Note that the machine itself is not full 1.4_rcX: the make.profile is default-1.0-gcc3.

The relevant part of /etc/fstab is:
	/dev/hda1	/	reiserfs	noatime	0 0


So the fault is there and fully reproducible, but I'm not clear what other info is pertinent... Let me know if I can supply any more info.

Comment 26 Brandon Low (RETIRED) gentoo-dev

2003-04-05 16:00:55 UTC

Please check that partition using both reiserfsprogs-3.6.4 and 3.6.5 from a maintenance console (that is either a liveCD or init 1).  Post the complete output of BOTH checks.  I believe that what you are seeing here is simply pre-existing corruption of your superblock that was not noticed before, because versions prior to 3.6.5 did NO CHECKING AT ALL at boot time.

Comment 27 Sean Groarke 2003-04-06 10:56:06 UTC

Brandon: I just did a check from the liveCD I had handy (which is actually reiserfs 3.6.3, so not 3.6.4 or .5) and the same partition is as clean as a whistle - nothing at all.

I'm going to do a little more digging on the machine in question, as there is clearly something amiss in the 3.6.5 ebuild as it results on at least that machine...

Comment 28 David Arias 2003-04-13 20:49:16 UTC

I am having the same problem.

ReiserFS Progs ver. 3.6.5-r1

I just built a new Gentoo system, created all the fs' correctly, /etc/fstab's correct...

On the first boot AFTER installing from one of the latest experimental 1.4_rc4 live CDs [http://cvs.gentoo.org/~livewire/livecd-experimental-rc4-04-10-03.iso], the system bootup fails after fsck.reiserfs exits with "signal 6" on "/dev/sdb3" which is my root file system... Since this is a new install of previously funcitonal drives, I don't think I am having persistent superblock corruption :) 

Just finished emerging 3.6.4-r1, rebooted with it, and had the same problem.

Any ideas, or if you need information from me, please let me know. I'm eager to be up and running. :)

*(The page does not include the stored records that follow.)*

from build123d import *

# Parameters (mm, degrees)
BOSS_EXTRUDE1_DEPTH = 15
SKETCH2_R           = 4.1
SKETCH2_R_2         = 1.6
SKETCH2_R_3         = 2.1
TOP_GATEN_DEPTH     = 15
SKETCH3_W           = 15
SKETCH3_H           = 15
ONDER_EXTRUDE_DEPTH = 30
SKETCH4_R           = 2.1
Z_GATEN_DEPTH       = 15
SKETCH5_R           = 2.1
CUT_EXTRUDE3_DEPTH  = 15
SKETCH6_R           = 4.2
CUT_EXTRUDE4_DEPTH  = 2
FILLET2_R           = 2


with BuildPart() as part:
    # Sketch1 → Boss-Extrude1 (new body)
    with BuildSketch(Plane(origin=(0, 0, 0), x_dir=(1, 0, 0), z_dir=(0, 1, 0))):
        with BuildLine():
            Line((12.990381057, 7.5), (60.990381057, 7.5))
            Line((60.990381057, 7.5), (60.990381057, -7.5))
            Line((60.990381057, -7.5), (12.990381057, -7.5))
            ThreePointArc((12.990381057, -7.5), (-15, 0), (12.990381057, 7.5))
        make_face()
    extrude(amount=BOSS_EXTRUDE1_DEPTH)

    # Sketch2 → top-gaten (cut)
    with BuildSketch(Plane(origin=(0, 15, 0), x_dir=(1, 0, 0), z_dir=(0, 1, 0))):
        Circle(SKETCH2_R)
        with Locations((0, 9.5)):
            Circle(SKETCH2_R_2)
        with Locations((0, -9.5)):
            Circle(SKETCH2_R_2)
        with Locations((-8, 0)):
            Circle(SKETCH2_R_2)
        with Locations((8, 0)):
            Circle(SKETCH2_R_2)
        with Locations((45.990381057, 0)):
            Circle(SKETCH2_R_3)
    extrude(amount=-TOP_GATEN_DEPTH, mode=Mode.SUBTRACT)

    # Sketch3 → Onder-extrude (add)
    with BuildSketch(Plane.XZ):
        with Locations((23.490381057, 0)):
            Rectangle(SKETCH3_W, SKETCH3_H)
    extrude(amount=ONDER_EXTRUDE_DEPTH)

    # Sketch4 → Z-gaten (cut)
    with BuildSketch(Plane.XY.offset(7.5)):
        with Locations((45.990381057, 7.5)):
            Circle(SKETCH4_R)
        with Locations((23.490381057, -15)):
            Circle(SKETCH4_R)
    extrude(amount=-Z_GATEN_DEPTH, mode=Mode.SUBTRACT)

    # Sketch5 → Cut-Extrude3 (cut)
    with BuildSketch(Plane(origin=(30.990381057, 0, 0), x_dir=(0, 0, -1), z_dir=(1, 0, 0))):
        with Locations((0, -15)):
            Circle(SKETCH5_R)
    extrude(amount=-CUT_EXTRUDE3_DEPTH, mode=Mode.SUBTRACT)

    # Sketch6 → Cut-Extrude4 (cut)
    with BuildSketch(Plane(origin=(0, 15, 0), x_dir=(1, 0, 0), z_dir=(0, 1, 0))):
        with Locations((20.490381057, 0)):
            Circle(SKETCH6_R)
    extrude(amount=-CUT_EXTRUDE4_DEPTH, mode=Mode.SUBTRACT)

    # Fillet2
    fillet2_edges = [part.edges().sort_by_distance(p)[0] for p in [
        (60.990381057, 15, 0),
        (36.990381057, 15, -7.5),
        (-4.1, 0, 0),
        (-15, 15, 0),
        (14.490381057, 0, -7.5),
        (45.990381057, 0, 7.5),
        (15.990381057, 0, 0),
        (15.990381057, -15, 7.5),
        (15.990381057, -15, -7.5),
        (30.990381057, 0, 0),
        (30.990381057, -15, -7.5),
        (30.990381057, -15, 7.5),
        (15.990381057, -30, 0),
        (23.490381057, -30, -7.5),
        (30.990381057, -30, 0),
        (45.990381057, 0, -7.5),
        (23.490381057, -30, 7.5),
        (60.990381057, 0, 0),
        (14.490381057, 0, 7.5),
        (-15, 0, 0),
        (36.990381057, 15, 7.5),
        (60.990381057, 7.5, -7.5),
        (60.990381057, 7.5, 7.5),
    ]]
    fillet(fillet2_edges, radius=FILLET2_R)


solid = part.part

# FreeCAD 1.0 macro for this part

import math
import FreeCAD as App
import Part
import Sketcher

V = App.Vector


def edges_at(feature, points):
    """Names of the edges that pass closest to the given points."""
    edges = feature.Shape.Edges
    near = lambda p: min(range(len(edges)), key=lambda i: edges[i].distToShape(Part.Vertex(*p))[0])
    return sorted({f"Edge{near(p) + 1}" for p in points})


def add_polygon(sketch, points):
    """Adds a closed chain of lines whose ends are joined by coincident constraints."""
    first, n = sketch.GeometryCount, len(points)
    for a, b in zip(points, points[1:] + points[:1]):
        sketch.addGeometry(Part.LineSegment(App.Vector(*a, 0), App.Vector(*b, 0)), False)
    for i in range(n):
        sketch.addConstraint(Sketcher.Constraint("Coincident", first + i, 2, first + (i + 1) % n, 1))

doc = App.newDocument("Part")
params = doc.addObject("Spreadsheet::Sheet", "Params")
for row, (alias, value) in enumerate([
    ("sketch1_radius", "15 mm"),
    ("sketch1_width", "48 mm"),
    ("sketch1_height", "15 mm"),
    ("pad1_length", "15 mm"),
    ("sketch2_diameter", "8.2 mm"),
    ("sketch2_diameter2", "3.2 mm"),
    ("sketch2_diameter3", "4.2 mm"),
    ("pocket1_length", "15 mm"),
    ("sketch3_width", "15 mm"),
    ("pad2_length", "30 mm"),
    ("sketch4_diameter", "4.2 mm"),
    ("pocket2_length", "15 mm"),
    ("sketch5_diameter", "4.2 mm"),
    ("pocket3_length", "15 mm"),
    ("sketch6_diameter", "8.4 mm"),
    ("pocket4_length", "2 mm"),
    ("fillet_radius", "2 mm"),
], start=1):
    params.set(f"A{row}", alias)
    params.set(f"B{row}", "=" + value)
    params.setAlias(f"B{row}", alias)

body = doc.addObject("PartDesign::Body", "Body")

# Sketch on XZ plane
sketch1 = body.newObject("Sketcher::SketchObject", "Sketch")
sketch1.AttachmentSupport = (doc.getObject("XZ_Plane"), [""])
sketch1.MapMode = "FlatFace"
sketch1.addGeometry(Part.LineSegment(V(61, -8, 0), V(13, -8, 0)), False)
sketch1.addGeometry(Part.ArcOfCircle(Part.Circle(V(0, 0, 0), V(0, 0, 1), 15), math.radians(30), math.radians(330)), False)
sketch1.addGeometry(Part.LineSegment(V(13, 8, 0), V(61, 8, 0)), False)
sketch1.addGeometry(Part.LineSegment(V(61, 8, 0), V(61, -8, 0)), False)
sketch1.addConstraint(Sketcher.Constraint("Coincident", 0, 2, 1, 2))
sketch1.addConstraint(Sketcher.Constraint("Coincident", 1, 1, 2, 1))
sketch1.addConstraint(Sketcher.Constraint("Coincident", 2, 2, 3, 1))
sketch1.addConstraint(Sketcher.Constraint("Coincident", 3, 2, 0, 1))
sketch1.addConstraint(Sketcher.Constraint("Horizontal", 0))
sketch1.addConstraint(Sketcher.Constraint("Horizontal", 2))
sketch1.addConstraint(Sketcher.Constraint("Vertical", 3))
sketch1.addConstraint(Sketcher.Constraint("Coincident", 1, 3, -1, 1))
sketch1.addConstraint(Sketcher.Constraint("Vertical", 0, 2, 1, 1))
sketch1.addConstraint(Sketcher.Constraint("Radius", 1, 15.0))
sketch1.addConstraint(Sketcher.Constraint("DistanceX", 0, 2, 0, 1, 48.0))
sketch1.addConstraint(Sketcher.Constraint("DistanceY", 3, 2, 3, 1, 15.0))
sketch1.setExpression("Constraints[9]", "Params.sketch1_radius")
sketch1.setExpression("Constraints[10]", "Params.sketch1_width")
sketch1.setExpression("Constraints[11]", "Params.sketch1_height")
pad1 = body.newObject("PartDesign::Pad", "Pad")
pad1.Profile = sketch1
pad1.setExpression("Length", "Params.pad1_length")
pad1.Reversed = True

# Sketch on XZ plane
sketch2 = body.newObject("Sketcher::SketchObject", "Sketch001")
sketch2.AttachmentSupport = (doc.getObject("XZ_Plane"), [""])
sketch2.MapMode = "FlatFace"
sketch2.AttachmentOffset = App.Placement(V(0, 0, -15), App.Rotation())
sketch2.addGeometry(Part.Circle(V(0, 0, 0), V(0, 0, 1), 4.1), False)
sketch2.addGeometry(Part.Circle(V(0, -9.5, 0), V(0, 0, 1), 1.6), False)
sketch2.addGeometry(Part.Circle(V(0, 9.5, 0), V(0, 0, 1), 1.6), False)
sketch2.addGeometry(Part.Circle(V(-8, 0, 0), V(0, 0, 1), 1.6), False)
sketch2.addGeometry(Part.Circle(V(8, 0, 0), V(0, 0, 1), 1.6), False)
sketch2.addGeometry(Part.Circle(V(46, 0, 0), V(0, 0, 1), 2.1), False)
sketch2.addConstraint(Sketcher.Constraint("Coincident", 0, 3, -1, 1))
sketch2.addConstraint(Sketcher.Constraint("Equal", 1, 2))
sketch2.addConstraint(Sketcher.Constraint("Equal", 2, 3))
sketch2.addConstraint(Sketcher.Constraint("Equal", 3, 4))
sketch2.addConstraint(Sketcher.Constraint("Symmetric", 1, 3, 2, 3, -1, 1))
sketch2.addConstraint(Sketcher.Constraint("Symmetric", 3, 3, 4, 3, -1, 1))
sketch2.addConstraint(Sketcher.Constraint("PointOnObject", 1, 3, -2))
sketch2.addConstraint(Sketcher.Constraint("PointOnObject", 3, 3, -1))
sketch2.addConstraint(Sketcher.Constraint("PointOnObject", 5, 3, -1))
sketch2.addConstraint(Sketcher.Constraint("Diameter", 0, 8.2))
sketch2.addConstraint(Sketcher.Constraint("Diameter", 1, 3.2))
sketch2.addConstraint(Sketcher.Constraint("Diameter", 5, 4.2))
sketch2.addConstraint(Sketcher.Constraint("DistanceX", 3, 3, -1, 1, 8.0))
sketch2.addConstraint(Sketcher.Constraint("DistanceY", 1, 3, 2, 3, 19.0))
sketch2.addConstraint(Sketcher.Constraint("DistanceX", -1, 1, 5, 3, 45.990381))
sketch2.setExpression("Constraints[9]", "Params.sketch2_diameter")
sketch2.setExpression("Constraints[10]", "Params.sketch2_diameter2")
sketch2.setExpression("Constraints[11]", "Params.sketch2_diameter3")
pocket1 = body.newObject("PartDesign::Pocket", "Pocket")
pocket1.Profile = sketch2
pocket1.setExpression("Length", "Params.pocket1_length")
pocket1.Reversed = True

# Sketch on XZ plane
sketch3 = body.newObject("Sketcher::SketchObject", "Sketch002")
sketch3.AttachmentSupport = (doc.getObject("XZ_Plane"), [""])
sketch3.MapMode = "FlatFace"
add_polygon(sketch3, [(16, 8), (16, -8), (31, -8), (31, 8)])  # lines 0-3
sketch3.addConstraint(Sketcher.Constraint("Vertical", 0))
sketch3.addConstraint(Sketcher.Constraint("Horizontal", 1))
sketch3.addConstraint(Sketcher.Constraint("Vertical", 2))
sketch3.addConstraint(Sketcher.Constraint("Horizontal", 3))
sketch3.addConstraint(Sketcher.Constraint("Equal", 3, 0))
sketch3.addConstraint(Sketcher.Constraint("DistanceX", 1, 1, 1, 2, 15.0))
sketch3.addConstraint(Sketcher.Constraint("DistanceY", 0, 2, -1, 1, 7.5))
sketch3.addConstraint(Sketcher.Constraint("DistanceX", -1, 1, 0, 2, 15.990381))
sketch3.setExpression("Constraints[9]", "Params.sketch3_width")
pad2 = body.newObject("PartDesign::Pad", "Pad001")
pad2.Profile = sketch3
pad2.setExpression("Length", "Params.pad2_length")

# Sketch on XY plane
sketch4 = body.newObject("Sketcher::SketchObject", "Sketch003")
sketch4.AttachmentSupport = (doc.getObject("XY_Plane"), [""])
sketch4.MapMode = "FlatFace"
sketch4.AttachmentOffset = App.Placement(V(0, 0, 7.5), App.Rotation())
sketch4.addGeometry(Part.Circle(V(46, 7.5, 0), V(0, 0, 1), 2.1), False)
sketch4.addGeometry(Part.Circle(V(23.5, -15, 0), V(0, 0, 1), 2.1), False)
sketch4.addConstraint(Sketcher.Constraint("Equal", 0, 1))
sketch4.addConstraint(Sketcher.Constraint("Diameter", 0, 4.2))
sketch4.addConstraint(Sketcher.Constraint("DistanceY", 1, 3, -1, 1, 15.0))
sketch4.addConstraint(Sketcher.Constraint("DistanceY", -1, 1, 0, 3, 7.5))
sketch4.addConstraint(Sketcher.Constraint("DistanceX", 1, 3, 0, 3, 22.5))
sketch4.addConstraint(Sketcher.Constraint("DistanceX", -1, 1, 0, 3, 45.990381))
sketch4.setExpression("Constraints[1]", "Params.sketch4_diameter")
pocket2 = body.newObject("PartDesign::Pocket", "Pocket001")
pocket2.Profile = sketch4
pocket2.setExpression("Length", "Params.pocket2_length")

# Sketch on YZ plane
sketch5 = body.newObject("Sketcher::SketchObject", "Sketch004")
sketch5.AttachmentSupport = (doc.getObject("YZ_Plane"), [""])
sketch5.MapMode = "FlatFace"
sketch5.AttachmentOffset = App.Placement(V(0, 0, 30.990381), App.Rotation())
sketch5.addGeometry(Part.Circle(V(-15, 0, 0), V(0, 0, 1), 2.1), False)
sketch5.addConstraint(Sketcher.Constraint("PointOnObject", 0, 3, -1))
sketch5.addConstraint(Sketcher.Constraint("Diameter", 0, 4.2))
sketch5.addConstraint(Sketcher.Constraint("DistanceX", 0, 3, -1, 1, 15.0))
sketch5.setExpression("Constraints[1]", "Params.sketch5_diameter")
pocket3 = body.newObject("PartDesign::Pocket", "Pocket002")
pocket3.Profile = sketch5
pocket3.setExpression("Length", "Params.pocket3_length")

# Sketch on XZ plane
sketch6 = body.newObject("Sketcher::SketchObject", "Sketch005")
sketch6.AttachmentSupport = (doc.getObject("XZ_Plane"), [""])
sketch6.MapMode = "FlatFace"
sketch6.AttachmentOffset = App.Placement(V(0, 0, -15), App.Rotation())
sketch6.addGeometry(Part.Circle(V(20.5, 0, 0), V(0, 0, 1), 4.2), False)
sketch6.addConstraint(Sketcher.Constraint("PointOnObject", 0, 3, -1))
sketch6.addConstraint(Sketcher.Constraint("Diameter", 0, 8.4))
sketch6.addConstraint(Sketcher.Constraint("DistanceX", -1, 1, 0, 3, 20.490381))
sketch6.setExpression("Constraints[1]", "Params.sketch6_diameter")
pocket4 = body.newObject("PartDesign::Pocket", "Pocket003")
pocket4.Profile = sketch6
pocket4.setExpression("Length", "Params.pocket4_length")
pocket4.Reversed = True
doc.recompute()

fillet = body.newObject("PartDesign::Fillet", "Fillet")
fillet.Base = (pocket4, edges_at(pocket4, [
    (60.99, 15, 0),
    (36.99, 15, -7.5),
    (-4.1, 0, 0),
    (-15, 15, 0),
    (14.49, 0, -7.5),
    (45.99, 0, 7.5),
    (15.99, 0, 0),
    (15.99, -15, 7.5),
    (15.99, -15, -7.5),
    (30.99, 0, 0),
    (30.99, -15, -7.5),
    (30.99, -15, 7.5),
    (15.99, -30, 0),
    (23.49, -30, -7.5),
    (30.99, -30, 0),
    (45.99, 0, -7.5),
    (23.49, -30, 7.5),
    (60.99, 0, 0),
    (14.49, 0, 7.5),
    (-15, 0, 0),
    (36.99, 15, 7.5),
    (60.99, 7.5, -7.5),
    (60.99, 7.5, 7.5),
]))
fillet.setExpression("Radius", "Params.fillet_radius")

doc.recompute()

Comment 29 Brandon Low (RETIRED) gentoo-dev

2003-04-17 13:32:20 UTC

Sean: Vitaly from reiserfs had this to say:

There is a new check for journal parameters were added which helps to
recover fs with relocated journal and in a few other cases. These parameters
were not stored correctly in old kernels before relocated journal appeared.
This is nothing to worry about, and you can fix with fsck --rebuild-sb help
- say there to fix parameters in the jouranl by ones from the super block.

I'm closing this bug on that note, if there are still problems, please open a new bug with a new summary and all that jazz, cuz this one is getting hard to follow.